Amazon is extending its palm-scanning payment system to a Whole Foods store in Seattle, the organization reported Wednesday, the first of many planned rollouts at other locations.
Amazon One, which debuted in September and is as of now being used at around dozen Amazon actual stores, permits shoppers to pay for items by placing their palm over an scanning device. The first time shoppers utilize the kiosk, they need to insert a credit card to link it with their palm print. However, from that point forward, shoppers can pay essentially by holding their hand over the kiosk.
Amazon One is distinct from the organization’s Just Walk Out technology, which permits shoppers to pick up items and walk out of the store without going through a checkout line. Anyway the two technologies can work together, and Amazon employs them both at its cashierless Amazon Go stores.
Amazon will at first carry out Amazon One at the Whole Foods in Seattle’s Capitol Hill neighborhood, not a long way from the organization’s headquarters, before launching the system at seven Seattle-area Whole Foods in coming months.
The palm-scanning technology will be offered as only one of numerous payment options at taking an participating Whole Foods stores, Amazon said, and will not effect store workers’ job responsibilities.
Amazon gained the grocery chain in 2017 for more than $13 billion.
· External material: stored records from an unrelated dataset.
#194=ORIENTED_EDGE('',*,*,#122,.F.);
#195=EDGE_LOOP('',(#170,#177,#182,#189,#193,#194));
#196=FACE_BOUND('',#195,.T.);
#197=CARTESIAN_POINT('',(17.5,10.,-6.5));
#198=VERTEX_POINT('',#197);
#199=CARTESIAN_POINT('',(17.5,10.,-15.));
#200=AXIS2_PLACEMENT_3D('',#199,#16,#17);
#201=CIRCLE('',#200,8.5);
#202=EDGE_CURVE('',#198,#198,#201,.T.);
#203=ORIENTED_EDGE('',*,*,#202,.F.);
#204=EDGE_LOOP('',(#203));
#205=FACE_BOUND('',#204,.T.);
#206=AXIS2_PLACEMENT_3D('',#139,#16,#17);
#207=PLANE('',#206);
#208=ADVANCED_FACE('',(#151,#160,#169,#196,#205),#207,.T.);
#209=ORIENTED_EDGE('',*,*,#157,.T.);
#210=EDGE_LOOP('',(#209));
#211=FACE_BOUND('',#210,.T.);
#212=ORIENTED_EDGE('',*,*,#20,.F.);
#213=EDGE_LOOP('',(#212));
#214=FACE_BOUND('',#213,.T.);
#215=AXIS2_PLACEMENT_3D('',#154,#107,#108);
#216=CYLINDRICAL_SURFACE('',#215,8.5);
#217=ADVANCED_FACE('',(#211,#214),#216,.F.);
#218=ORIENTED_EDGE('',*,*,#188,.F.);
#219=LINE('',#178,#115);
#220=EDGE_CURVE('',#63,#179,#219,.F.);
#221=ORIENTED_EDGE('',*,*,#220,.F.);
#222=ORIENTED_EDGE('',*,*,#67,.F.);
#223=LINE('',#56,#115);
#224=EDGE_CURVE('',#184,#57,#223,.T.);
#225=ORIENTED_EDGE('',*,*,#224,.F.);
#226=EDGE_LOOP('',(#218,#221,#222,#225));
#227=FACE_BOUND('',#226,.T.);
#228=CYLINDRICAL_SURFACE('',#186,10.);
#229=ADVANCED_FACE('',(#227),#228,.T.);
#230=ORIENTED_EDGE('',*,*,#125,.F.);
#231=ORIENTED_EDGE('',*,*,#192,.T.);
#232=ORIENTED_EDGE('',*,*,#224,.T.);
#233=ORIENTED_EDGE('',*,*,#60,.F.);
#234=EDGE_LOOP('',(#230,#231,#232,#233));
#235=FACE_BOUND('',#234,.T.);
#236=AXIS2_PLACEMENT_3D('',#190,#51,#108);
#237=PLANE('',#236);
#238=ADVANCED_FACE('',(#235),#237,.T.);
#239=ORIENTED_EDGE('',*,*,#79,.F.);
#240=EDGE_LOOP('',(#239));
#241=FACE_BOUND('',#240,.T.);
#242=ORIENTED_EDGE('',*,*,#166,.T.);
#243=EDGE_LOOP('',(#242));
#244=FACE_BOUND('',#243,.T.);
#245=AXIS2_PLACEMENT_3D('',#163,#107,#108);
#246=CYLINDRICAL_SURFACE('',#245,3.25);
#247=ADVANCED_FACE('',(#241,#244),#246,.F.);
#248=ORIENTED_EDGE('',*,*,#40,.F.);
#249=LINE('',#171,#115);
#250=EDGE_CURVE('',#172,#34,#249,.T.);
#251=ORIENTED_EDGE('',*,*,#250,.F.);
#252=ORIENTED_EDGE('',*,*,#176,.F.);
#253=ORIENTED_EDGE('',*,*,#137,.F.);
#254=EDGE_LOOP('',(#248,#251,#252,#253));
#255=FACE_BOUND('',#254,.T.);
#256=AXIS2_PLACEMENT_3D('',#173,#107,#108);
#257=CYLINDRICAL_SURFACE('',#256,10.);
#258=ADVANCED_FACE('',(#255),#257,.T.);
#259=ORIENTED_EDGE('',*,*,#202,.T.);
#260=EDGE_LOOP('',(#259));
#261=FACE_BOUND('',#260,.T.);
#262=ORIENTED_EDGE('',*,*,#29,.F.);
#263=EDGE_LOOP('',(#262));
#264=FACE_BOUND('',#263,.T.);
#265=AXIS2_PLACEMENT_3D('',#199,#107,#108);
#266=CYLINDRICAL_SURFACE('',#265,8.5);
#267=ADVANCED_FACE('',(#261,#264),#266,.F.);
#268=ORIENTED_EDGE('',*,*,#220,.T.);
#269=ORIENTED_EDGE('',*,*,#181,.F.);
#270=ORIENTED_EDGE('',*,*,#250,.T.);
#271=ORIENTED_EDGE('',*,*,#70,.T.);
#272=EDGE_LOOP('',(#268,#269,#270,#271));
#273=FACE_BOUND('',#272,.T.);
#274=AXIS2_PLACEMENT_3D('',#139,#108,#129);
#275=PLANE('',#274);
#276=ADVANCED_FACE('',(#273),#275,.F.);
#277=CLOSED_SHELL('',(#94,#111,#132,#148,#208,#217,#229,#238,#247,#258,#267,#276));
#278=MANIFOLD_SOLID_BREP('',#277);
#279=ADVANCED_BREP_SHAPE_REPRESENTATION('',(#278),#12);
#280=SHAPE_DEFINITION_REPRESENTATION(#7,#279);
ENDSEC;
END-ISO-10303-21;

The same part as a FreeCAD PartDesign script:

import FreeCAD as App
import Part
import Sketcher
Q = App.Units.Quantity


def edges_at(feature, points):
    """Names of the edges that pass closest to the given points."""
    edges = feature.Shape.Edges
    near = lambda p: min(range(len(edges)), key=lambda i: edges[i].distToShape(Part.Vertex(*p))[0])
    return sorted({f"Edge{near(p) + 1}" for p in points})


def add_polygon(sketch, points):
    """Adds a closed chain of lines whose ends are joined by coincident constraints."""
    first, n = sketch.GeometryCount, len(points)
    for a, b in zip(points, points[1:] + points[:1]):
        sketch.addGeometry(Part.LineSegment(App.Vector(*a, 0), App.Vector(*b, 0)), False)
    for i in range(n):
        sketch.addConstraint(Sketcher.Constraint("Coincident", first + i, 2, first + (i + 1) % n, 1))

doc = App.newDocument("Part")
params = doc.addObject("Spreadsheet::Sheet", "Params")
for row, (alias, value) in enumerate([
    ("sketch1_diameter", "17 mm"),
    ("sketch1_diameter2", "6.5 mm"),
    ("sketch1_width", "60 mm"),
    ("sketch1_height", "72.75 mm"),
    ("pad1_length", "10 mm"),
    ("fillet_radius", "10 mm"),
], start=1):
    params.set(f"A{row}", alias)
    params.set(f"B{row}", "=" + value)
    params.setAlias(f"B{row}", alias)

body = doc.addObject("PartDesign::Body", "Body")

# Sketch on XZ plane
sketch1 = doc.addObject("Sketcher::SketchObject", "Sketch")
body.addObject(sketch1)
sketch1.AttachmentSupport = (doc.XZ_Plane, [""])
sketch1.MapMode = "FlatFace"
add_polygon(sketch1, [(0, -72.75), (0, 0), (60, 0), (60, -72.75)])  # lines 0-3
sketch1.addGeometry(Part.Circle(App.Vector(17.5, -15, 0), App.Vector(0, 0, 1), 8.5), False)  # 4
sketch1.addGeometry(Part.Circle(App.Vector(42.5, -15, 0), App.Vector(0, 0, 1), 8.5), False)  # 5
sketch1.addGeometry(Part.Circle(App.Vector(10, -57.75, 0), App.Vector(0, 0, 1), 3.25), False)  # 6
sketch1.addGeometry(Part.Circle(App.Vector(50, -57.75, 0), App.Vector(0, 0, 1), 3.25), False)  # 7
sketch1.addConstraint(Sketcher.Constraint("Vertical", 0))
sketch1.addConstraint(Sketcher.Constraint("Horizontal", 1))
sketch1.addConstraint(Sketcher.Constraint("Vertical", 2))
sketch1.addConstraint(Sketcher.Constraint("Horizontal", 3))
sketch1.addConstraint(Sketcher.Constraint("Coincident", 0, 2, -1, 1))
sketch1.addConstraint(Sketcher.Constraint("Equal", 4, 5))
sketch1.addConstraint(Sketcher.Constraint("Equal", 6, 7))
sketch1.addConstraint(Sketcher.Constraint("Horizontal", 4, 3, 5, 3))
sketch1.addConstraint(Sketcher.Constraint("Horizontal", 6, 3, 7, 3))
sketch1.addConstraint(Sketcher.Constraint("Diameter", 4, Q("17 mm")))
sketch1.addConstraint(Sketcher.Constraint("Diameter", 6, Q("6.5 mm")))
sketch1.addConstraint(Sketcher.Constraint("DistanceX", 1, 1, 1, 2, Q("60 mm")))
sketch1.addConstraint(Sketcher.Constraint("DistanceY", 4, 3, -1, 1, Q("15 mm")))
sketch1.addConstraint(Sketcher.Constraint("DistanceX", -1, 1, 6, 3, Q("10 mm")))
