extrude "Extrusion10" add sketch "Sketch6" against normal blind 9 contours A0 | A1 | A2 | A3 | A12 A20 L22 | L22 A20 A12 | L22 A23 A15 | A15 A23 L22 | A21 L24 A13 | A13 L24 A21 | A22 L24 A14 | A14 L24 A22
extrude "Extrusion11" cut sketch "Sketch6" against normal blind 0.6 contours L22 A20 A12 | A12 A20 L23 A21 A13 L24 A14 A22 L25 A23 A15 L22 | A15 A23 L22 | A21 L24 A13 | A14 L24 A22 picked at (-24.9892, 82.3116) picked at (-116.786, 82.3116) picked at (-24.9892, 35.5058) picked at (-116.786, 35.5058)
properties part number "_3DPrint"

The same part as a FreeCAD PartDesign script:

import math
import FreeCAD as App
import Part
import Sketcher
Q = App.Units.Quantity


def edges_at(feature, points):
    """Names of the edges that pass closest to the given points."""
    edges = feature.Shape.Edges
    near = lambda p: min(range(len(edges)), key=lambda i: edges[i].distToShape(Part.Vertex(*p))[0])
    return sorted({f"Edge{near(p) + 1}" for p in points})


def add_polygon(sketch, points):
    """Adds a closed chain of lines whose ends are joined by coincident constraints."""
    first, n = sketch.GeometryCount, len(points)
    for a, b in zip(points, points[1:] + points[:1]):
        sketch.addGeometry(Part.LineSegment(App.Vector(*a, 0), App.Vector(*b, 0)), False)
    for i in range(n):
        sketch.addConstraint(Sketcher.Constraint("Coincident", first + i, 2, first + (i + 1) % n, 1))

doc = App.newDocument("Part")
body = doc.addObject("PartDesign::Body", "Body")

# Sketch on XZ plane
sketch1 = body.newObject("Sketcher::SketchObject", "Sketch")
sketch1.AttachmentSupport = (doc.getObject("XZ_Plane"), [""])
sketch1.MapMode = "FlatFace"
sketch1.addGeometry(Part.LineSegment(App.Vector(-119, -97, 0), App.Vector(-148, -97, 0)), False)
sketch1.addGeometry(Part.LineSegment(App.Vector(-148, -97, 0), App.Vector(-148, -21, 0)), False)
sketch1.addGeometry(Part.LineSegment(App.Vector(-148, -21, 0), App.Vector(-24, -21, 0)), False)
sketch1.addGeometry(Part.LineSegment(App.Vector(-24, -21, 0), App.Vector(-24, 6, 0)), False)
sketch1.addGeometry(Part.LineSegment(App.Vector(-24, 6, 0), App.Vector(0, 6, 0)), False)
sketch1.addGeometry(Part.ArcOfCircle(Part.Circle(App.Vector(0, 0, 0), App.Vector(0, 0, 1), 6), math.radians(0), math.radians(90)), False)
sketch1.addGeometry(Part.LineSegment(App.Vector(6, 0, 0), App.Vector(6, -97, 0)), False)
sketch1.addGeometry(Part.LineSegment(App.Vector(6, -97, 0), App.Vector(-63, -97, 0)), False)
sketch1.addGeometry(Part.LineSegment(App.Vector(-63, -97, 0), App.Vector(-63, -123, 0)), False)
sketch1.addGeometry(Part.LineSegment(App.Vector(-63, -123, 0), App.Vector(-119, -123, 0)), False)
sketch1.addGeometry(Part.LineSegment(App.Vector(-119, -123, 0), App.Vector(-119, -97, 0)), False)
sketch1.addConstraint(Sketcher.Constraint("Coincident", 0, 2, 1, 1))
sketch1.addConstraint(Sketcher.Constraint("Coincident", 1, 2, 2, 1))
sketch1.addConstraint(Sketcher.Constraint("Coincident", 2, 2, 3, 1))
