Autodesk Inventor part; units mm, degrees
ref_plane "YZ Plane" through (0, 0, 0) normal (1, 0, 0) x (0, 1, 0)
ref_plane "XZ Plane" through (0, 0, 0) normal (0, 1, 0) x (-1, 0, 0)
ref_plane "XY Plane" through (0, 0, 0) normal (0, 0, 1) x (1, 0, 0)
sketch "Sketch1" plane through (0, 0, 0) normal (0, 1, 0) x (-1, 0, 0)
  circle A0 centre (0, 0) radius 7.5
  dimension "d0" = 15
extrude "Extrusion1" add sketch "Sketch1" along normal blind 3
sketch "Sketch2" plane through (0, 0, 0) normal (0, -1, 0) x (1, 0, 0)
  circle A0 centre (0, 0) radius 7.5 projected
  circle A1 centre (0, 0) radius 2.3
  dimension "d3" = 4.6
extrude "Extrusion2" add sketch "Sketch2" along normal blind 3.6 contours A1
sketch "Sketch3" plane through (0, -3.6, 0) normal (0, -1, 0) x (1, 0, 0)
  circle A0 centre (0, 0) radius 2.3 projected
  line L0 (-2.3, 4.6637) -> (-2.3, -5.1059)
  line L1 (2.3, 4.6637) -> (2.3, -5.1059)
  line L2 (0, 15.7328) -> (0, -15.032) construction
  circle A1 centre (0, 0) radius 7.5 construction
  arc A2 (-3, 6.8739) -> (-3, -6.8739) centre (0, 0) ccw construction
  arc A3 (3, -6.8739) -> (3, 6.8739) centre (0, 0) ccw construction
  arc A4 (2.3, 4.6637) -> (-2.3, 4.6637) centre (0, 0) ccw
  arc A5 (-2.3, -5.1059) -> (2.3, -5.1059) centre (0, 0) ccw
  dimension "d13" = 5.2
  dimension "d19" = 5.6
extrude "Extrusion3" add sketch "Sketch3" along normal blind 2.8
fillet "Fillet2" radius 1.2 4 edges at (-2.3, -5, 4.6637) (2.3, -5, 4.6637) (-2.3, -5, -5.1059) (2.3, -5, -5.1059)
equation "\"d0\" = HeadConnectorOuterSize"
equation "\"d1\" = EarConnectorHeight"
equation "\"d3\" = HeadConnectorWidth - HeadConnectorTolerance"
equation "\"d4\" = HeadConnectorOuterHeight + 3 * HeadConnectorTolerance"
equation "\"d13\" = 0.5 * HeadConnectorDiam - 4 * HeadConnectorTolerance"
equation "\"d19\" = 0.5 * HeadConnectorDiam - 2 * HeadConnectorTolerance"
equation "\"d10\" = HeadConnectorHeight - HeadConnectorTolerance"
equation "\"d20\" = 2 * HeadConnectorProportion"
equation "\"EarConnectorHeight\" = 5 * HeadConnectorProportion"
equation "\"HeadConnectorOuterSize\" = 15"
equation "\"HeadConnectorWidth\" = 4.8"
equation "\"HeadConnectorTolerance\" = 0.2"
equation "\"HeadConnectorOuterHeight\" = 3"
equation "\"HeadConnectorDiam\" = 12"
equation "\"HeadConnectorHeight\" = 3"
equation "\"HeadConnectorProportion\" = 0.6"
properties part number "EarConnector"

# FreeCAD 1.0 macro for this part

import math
import FreeCAD as App
import Part
import Sketcher
Q = App.Units.Quantity


def edges_at(feature, points):
    """Names of the edges that pass closest to the given points."""
    edges = feature.Shape.Edges
    near = lambda p: min(range(len(edges)), key=lambda i: edges[i].distToShape(Part.Vertex(*p))[0])
    return sorted({f"Edge{near(p) + 1}" for p in points})

doc = App.newDocument("Part")
body = doc.addObject("PartDesign::Body", "Body")

# Sketch on XZ plane
sketch1 = body.newObject("Sketcher::SketchObject", "Sketch")
sketch1.AttachmentSupport = (doc.getObject("XZ_Plane"), [""])
sketch1.MapMode = "FlatFace"
sketch1.addGeometry(Part.Circle(App.Vector(0, 0, 0), App.Vector(0, 0, 1), 8), False)
sketch1.addConstraint([
    Sketcher.Constraint("Coincident", 0, 3, -1, 1),
    Sketcher.Constraint("Diameter", 0, Q("15 mm")),
])
pad1 = body.newObject("PartDesign::Pad", "Pad")
pad1.Profile = sketch1
pad1.Length = 3
pad1.Reversed = True

# Sketch on XZ plane
sketch2 = body.newObject("Sketcher::SketchObject", "Sketch001")
sketch2.AttachmentSupport = (doc.getObject("XZ_Plane"), [""])
sketch2.MapMode = "FlatFace"
sketch2.addGeometry(Part.Circle(App.Vector(0, 0, 0), App.Vector(0, 0, 1), 2.3), False)
sketch2.addConstraint([
    Sketcher.Constraint("Coincident", 0, 3, -1, 1),
    Sketcher.Constraint("Diameter", 0, Q("4.6 mm")),
])
pad2 = body.newObject("PartDesign::Pad", "Pad001")
pad2.Profile = sketch2
pad2.Length = 3.6

# Sketch on XZ plane
sketch3 = body.newObject("Sketcher::SketchObject", "Sketch002")
sketch3.AttachmentSupport = (doc.getObject("XZ_Plane"), [""])
sketch3.MapMode = "FlatFace"
sketch3.AttachmentOffset = App.Placement(App.Vector(0, 0, 3.6), App.Rotation())
sketch3.addGeometry([
    Part.LineSegment(App.Vector(2.3, -5.1, 0), App.Vector(2.3, 4.7, 0)),
    Part.ArcOfCircle(Part.Circle(App.Vector(0, 0, 0), App.Vector(0, 0, 1), 5.2), math.radians(64), math.radians(116)),
    Part.LineSegment(App.Vector(-2.3, 4.7, 0), App.Vector(-2.3, -5.1, 0)),
    Part.ArcOfCircle(Part.Circle(App.Vector(0, 0, 0), App.Vector(0, 0, 1), 5.6), math.radians(-114), math.radians(-66)),
], False)
sketch3.addConstraint([
    Sketcher.Constraint("Coincident", 0, 2, 1, 1),
    Sketcher.Constraint("Coincident", 1, 2, 2, 1),
    Sketcher.Constraint("Coincident", 2, 2, 3, 1),
    Sketcher.Constraint("Coincident", 3, 2, 0, 1),
    Sketcher.Constraint("Vertical", 0),
    Sketcher.Constraint("Vertical", 2),
    Sketcher.Constraint("Coincident", 1, 3, -1, 1),
    Sketcher.Constraint("Coincident", 3, 3, -1, 1),
    Sketcher.Constraint("Horizontal", 0, 2, 1, 2),
    Sketcher.Constraint("Radius", 1, Q("5.2 mm")),
    Sketcher.Constraint("Radius", 3, Q("5.6 mm")),
    Sketcher.Constraint("DistanceX", -1, 1, 0, 2, Q("2.3 mm")),
])
pad3 = body.newObject("PartDesign::Pad", "Pad002")
pad3.Profile = sketch3
pad3.Length = 2.8
doc.recompute()

fillet = body.newObject("PartDesign::Fillet", "Fillet")
fillet.Base = (pad3, edges_at(pad3, [
    (-2.3, -5, 4.664),
    (2.3, -5, 4.664),
    (-2.3, -5, -5.106),
    (2.3, -5, -5.106),
]))
fillet.Radius = 1.2

doc.recompute()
Amazon has said it desires to sell the palm-scanning technology to different organizations like retailers, stadiums and office buildings. Last September, Amazon said it was in “active discussions with several potential customers.”
It’s unclear whether Amazon hosts consented to any arrangements with third gatherings keen on utilizing the system. The organization says a huge number of individuals have joined to utilize it at Amazon stores.
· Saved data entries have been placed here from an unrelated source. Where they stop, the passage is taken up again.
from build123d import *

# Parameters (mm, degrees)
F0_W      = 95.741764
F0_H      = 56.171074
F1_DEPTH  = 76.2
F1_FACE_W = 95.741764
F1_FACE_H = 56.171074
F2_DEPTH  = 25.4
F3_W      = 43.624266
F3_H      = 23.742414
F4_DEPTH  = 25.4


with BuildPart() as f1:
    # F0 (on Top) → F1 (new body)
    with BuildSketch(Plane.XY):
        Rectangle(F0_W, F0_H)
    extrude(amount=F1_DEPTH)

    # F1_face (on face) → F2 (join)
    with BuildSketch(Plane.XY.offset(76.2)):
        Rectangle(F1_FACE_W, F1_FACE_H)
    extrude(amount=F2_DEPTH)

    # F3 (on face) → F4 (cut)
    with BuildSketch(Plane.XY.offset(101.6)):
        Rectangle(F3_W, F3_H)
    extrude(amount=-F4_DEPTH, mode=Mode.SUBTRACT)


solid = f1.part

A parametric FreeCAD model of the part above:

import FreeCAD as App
import Part
import Sketcher
from FreeCAD import Vector
Q = App.Units.Quantity


def add_polygon(sketch, points):
    """Adds a closed chain of lines whose ends are joined by coincident constraints."""
    first, n = sketch.GeometryCount, len(points)
    for a, b in zip(points, points[1:] + points[:1]):
        sketch.addGeometry(Part.LineSegment(App.Vector(*a, 0), App.Vector(*b, 0)), False)
    for i in range(n):
        sketch.addConstraint(Sketcher.Constraint("Coincident", first + i, 2, first + (i + 1) % n, 1))

doc = App.newDocument("Part")
body = doc.addObject("PartDesign::Body", "Body")

sketch1 = doc.addObject("Sketcher::SketchObject", "Sketch")
body.addObject(sketch1)
sketch1.AttachmentSupport = (doc.XY_Plane, [""])
sketch1.MapMode = "FlatFace"
add_polygon(sketch1, [(-48, 28), (-48, -28), (48, -28), (48, 28)])
sketch1.addConstraint(Sketcher.Constraint("Vertical", 0))
sketch1.addConstraint(Sketcher.Constraint("Horizontal", 1))
sketch1.addConstraint(Sketcher.Constraint("Vertical", 2))
sketch1.addConstraint(Sketcher.Constraint("Horizontal", 3))
sketch1.addConstraint(Sketcher.Constraint("Symmetric", 0, 2, 2, 2, -1, 1))
sketch1.addConstraint(Sketcher.Constraint("DistanceX", 1, 1, 1, 2, 95.741764))
sketch1.addConstraint(Sketcher.Constraint("DistanceY", 0, 2, 0, 1, 56.171074))
pad1 = doc.addObject("PartDesign::Pad", "Pad")
body.addObject(pad1)
pad1.Profile = sketch1
pad1.Length = Q("3 in")

sketch2 = doc.addObject("Sketcher::SketchObject", "Sketch001")
body.addObject(sketch2)
sketch2.AttachmentSupport = (doc.XY_Plane, [""])
sketch2.MapMode = "FlatFace"
sketch2.AttachmentOffset = App.Placement(Vector(0, 0, 3 * 25.4), App.Rotation())
add_polygon(sketch2, [(-48, 28), (-48, -28), (48, -28), (48, 28)])
sketch2.addConstraint(Sketcher.Constraint("Vertical", 0))
sketch2.addConstraint(Sketcher.Constraint("Horizontal", 1))
sketch2.addConstraint(Sketcher.Constraint("Vertical", 2))
sketch2.addConstraint(Sketcher.Constraint("Horizontal", 3))
sketch2.addConstraint(Sketcher.Constraint("Symmetric", 0, 2, 2, 2, -1, 1))
sketch2.addConstraint(Sketcher.Constraint("DistanceX", 1, 1, 1, 2, 95.741764))
sketch2.addConstraint(Sketcher.Constraint("DistanceY", 0, 2, 0, 1, 56.171074))
pad2 = doc.addObject("PartDesign::Pad", "Pad001")
body.addObject(pad2)
pad2.Profile = sketch2
pad2.Length = Q("1 in")

sketch3 = doc.addObject("Sketcher::SketchObject", "Sketch002")
body.addObject(sketch3)
sketch3.AttachmentSupport = (doc.XY_Plane, [""])
sketch3.MapMode = "FlatFace"
sketch3.AttachmentOffset = App.Placement(Vector(0, 0, 4 * 25.4), App.Rotation())
add_polygon(sketch3, [(-22, 12), (-22, -12), (22, -12), (22, 12)])
sketch3.addConstraint(Sketcher.Constraint("Vertical", 0))
sketch3.addConstraint(Sketcher.Constraint("Horizontal", 1))
sketch3.addConstraint(Sketcher.Constraint("Vertical", 2))
sketch3.addConstraint(Sketcher.Constraint("Horizontal", 3))
sketch3.addConstraint(Sketcher.Constraint("Symmetric", 0, 2, 2, 2, -1, 1))
sketch3.addConstraint(Sketcher.Constraint("DistanceX", 1, 1, 1, 2, 43.624266))
sketch3.addConstraint(Sketcher.Constraint("DistanceY", 0, 2, 0, 1, 23.742414))
pocket1 = doc.addObject("PartDesign::Pocket", "Pocket")
body.addObject(pocket1)
pocket1.Profile = sketch3
pocket1.Length = Q("1 in")

doc.recompute()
As Amazon has tried to grow and validate palm-scanning technology as a type of payment, privacy and security experts have additionally raised concerns around the dangers of shoppers’ handing over biometric data to companies.
Amazon has kept up that it designed the system to be “highly secure” and that it considers palm-scanning technology to be more private than other biometric options like facial recognition.